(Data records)

===

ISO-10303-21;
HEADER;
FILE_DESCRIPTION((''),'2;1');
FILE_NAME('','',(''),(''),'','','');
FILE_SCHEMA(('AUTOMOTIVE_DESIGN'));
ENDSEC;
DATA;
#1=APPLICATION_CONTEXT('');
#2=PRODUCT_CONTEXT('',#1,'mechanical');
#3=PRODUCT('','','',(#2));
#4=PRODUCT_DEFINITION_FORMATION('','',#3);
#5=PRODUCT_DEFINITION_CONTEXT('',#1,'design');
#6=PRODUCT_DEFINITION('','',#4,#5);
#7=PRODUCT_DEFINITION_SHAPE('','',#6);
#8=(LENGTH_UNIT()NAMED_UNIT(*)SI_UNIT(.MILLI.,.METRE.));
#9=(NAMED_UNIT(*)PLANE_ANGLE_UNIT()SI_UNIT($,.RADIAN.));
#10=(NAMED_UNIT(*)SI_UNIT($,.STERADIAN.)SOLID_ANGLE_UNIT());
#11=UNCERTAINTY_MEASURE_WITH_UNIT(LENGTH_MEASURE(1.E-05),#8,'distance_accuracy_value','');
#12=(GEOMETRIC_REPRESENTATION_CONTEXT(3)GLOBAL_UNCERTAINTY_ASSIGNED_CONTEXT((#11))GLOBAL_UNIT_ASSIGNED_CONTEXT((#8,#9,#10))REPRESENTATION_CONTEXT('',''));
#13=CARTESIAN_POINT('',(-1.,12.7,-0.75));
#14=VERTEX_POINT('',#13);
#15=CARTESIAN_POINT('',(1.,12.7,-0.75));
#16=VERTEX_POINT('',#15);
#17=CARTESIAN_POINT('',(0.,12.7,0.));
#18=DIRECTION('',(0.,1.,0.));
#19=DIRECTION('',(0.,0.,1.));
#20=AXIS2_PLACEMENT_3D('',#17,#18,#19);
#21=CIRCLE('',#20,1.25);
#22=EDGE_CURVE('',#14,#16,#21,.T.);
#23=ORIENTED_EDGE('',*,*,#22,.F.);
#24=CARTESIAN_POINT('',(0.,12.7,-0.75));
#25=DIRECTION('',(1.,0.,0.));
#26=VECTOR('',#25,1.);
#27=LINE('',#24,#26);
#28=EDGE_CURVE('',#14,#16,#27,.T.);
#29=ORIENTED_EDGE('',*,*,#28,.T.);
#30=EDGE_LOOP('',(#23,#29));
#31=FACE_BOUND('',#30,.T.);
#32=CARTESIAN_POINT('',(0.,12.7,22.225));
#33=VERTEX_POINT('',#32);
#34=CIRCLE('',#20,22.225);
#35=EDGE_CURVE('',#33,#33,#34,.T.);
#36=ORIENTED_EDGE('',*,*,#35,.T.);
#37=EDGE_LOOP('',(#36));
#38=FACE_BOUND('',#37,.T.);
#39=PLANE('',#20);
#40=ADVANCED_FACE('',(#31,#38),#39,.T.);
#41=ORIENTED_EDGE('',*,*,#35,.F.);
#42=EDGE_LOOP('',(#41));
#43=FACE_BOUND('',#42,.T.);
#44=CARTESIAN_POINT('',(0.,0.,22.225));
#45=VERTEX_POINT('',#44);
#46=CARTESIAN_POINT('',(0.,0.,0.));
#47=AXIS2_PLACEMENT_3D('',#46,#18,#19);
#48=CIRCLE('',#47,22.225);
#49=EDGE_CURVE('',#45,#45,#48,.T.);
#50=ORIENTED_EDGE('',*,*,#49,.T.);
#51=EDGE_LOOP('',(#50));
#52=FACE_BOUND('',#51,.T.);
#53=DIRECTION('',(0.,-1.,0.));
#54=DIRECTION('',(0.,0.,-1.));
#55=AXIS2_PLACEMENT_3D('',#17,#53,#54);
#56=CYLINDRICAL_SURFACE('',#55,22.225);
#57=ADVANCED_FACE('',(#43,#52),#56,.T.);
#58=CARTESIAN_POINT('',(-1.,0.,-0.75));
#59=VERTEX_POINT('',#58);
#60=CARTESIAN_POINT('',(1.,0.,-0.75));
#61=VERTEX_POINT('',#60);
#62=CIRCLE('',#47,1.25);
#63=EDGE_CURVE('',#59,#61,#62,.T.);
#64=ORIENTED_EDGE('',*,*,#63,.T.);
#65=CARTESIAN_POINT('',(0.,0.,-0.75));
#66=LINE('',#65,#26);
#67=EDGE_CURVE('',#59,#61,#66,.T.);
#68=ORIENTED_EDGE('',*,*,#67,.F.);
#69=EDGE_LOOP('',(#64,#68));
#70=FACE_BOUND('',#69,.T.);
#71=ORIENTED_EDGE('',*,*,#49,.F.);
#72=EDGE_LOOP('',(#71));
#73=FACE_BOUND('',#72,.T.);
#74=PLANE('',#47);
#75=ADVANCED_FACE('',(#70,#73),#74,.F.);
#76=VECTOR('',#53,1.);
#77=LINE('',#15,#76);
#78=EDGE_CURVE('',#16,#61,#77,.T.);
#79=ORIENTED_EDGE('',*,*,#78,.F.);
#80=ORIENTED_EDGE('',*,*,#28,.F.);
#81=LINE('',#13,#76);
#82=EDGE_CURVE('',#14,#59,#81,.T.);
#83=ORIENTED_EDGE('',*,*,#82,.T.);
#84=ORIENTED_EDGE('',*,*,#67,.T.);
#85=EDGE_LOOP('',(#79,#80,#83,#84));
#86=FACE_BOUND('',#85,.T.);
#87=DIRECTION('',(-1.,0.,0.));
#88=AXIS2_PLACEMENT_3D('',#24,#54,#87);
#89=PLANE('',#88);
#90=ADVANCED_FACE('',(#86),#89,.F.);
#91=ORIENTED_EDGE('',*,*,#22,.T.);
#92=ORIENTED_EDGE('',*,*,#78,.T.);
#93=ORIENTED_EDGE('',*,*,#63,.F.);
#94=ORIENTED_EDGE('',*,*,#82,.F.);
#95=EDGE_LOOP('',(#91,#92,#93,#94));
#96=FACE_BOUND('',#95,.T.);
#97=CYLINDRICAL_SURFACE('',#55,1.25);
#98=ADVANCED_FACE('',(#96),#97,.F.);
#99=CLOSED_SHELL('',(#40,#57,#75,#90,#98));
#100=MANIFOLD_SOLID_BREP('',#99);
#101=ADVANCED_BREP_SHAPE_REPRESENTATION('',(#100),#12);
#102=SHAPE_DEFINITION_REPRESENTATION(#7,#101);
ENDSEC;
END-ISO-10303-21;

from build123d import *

# Parameters (mm, degrees)
SKETCH1_R           = 22.225
BOSS_EXTRUDE1_DEPTH = 12.7


with BuildPart() as part:
    # Sketch1 → Boss-Extrude1 (new body)
    # profile 1 of 2: a face of its own
    with BuildSketch(Plane(origin=(0, 0, 0), x_dir=(1, 0, 0), z_dir=(0, 1, 0))):
        with Locations(Location((0, 0, 0), (0, 0, 270))):
            Circle(SKETCH1_R)
        with BuildLine():
            ThreePointArc((1.25, 0), (-0.395284708, -1.185854123), (-1, 0.75))
            ThreePointArc((-1, 0.75), (0, 1.25), (1, 0.75))
            ThreePointArc((1, 0.75), (1.185854123, 0.395284708), (1.25, 0))
        make_face(mode=Mode.SUBTRACT)
    # profile 2 of 2: a face of its own
    with BuildSketch(Plane(origin=(0, 0, 0), x_dir=(1, 0, 0), z_dir=(0, 1, 0))):
        with BuildLine():
            ThreePointArc((1, 0.75), (0, 1.25), (-1, 0.75))
            Line((-1, 0.75), (1, 0.75))
        make_face()
    extrude(amount=BOSS_EXTRUDE1_DEPTH)


solid = part.part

===

(Work task) What do the lines above say from the one containing "#19=DIRECTION('',(0.,0.,1.));" down to the one containing "#29=ORIENTED_EDGE('',*,*,#28,.T.);"? Return them exactly, both end lines included, and only them.

(Answer to this task)
#19=DIRECTION('',(0.,0.,1.));
#20=AXIS2_PLACEMENT_3D('',#17,#18,#19);
#21=CIRCLE('',#20,1.25);
#22=EDGE_CURVE('',#14,#16,#21,.T.);
#23=ORIENTED_EDGE('',*,*,#22,.F.);
#24=CARTESIAN_POINT('',(0.,12.7,-0.75));
#25=DIRECTION('',(1.,0.,0.));
#26=VECTOR('',#25,1.);
#27=LINE('',#24,#26);
#28=EDGE_CURVE('',#14,#16,#27,.T.);
#29=ORIENTED_EDGE('',*,*,#28,.T.);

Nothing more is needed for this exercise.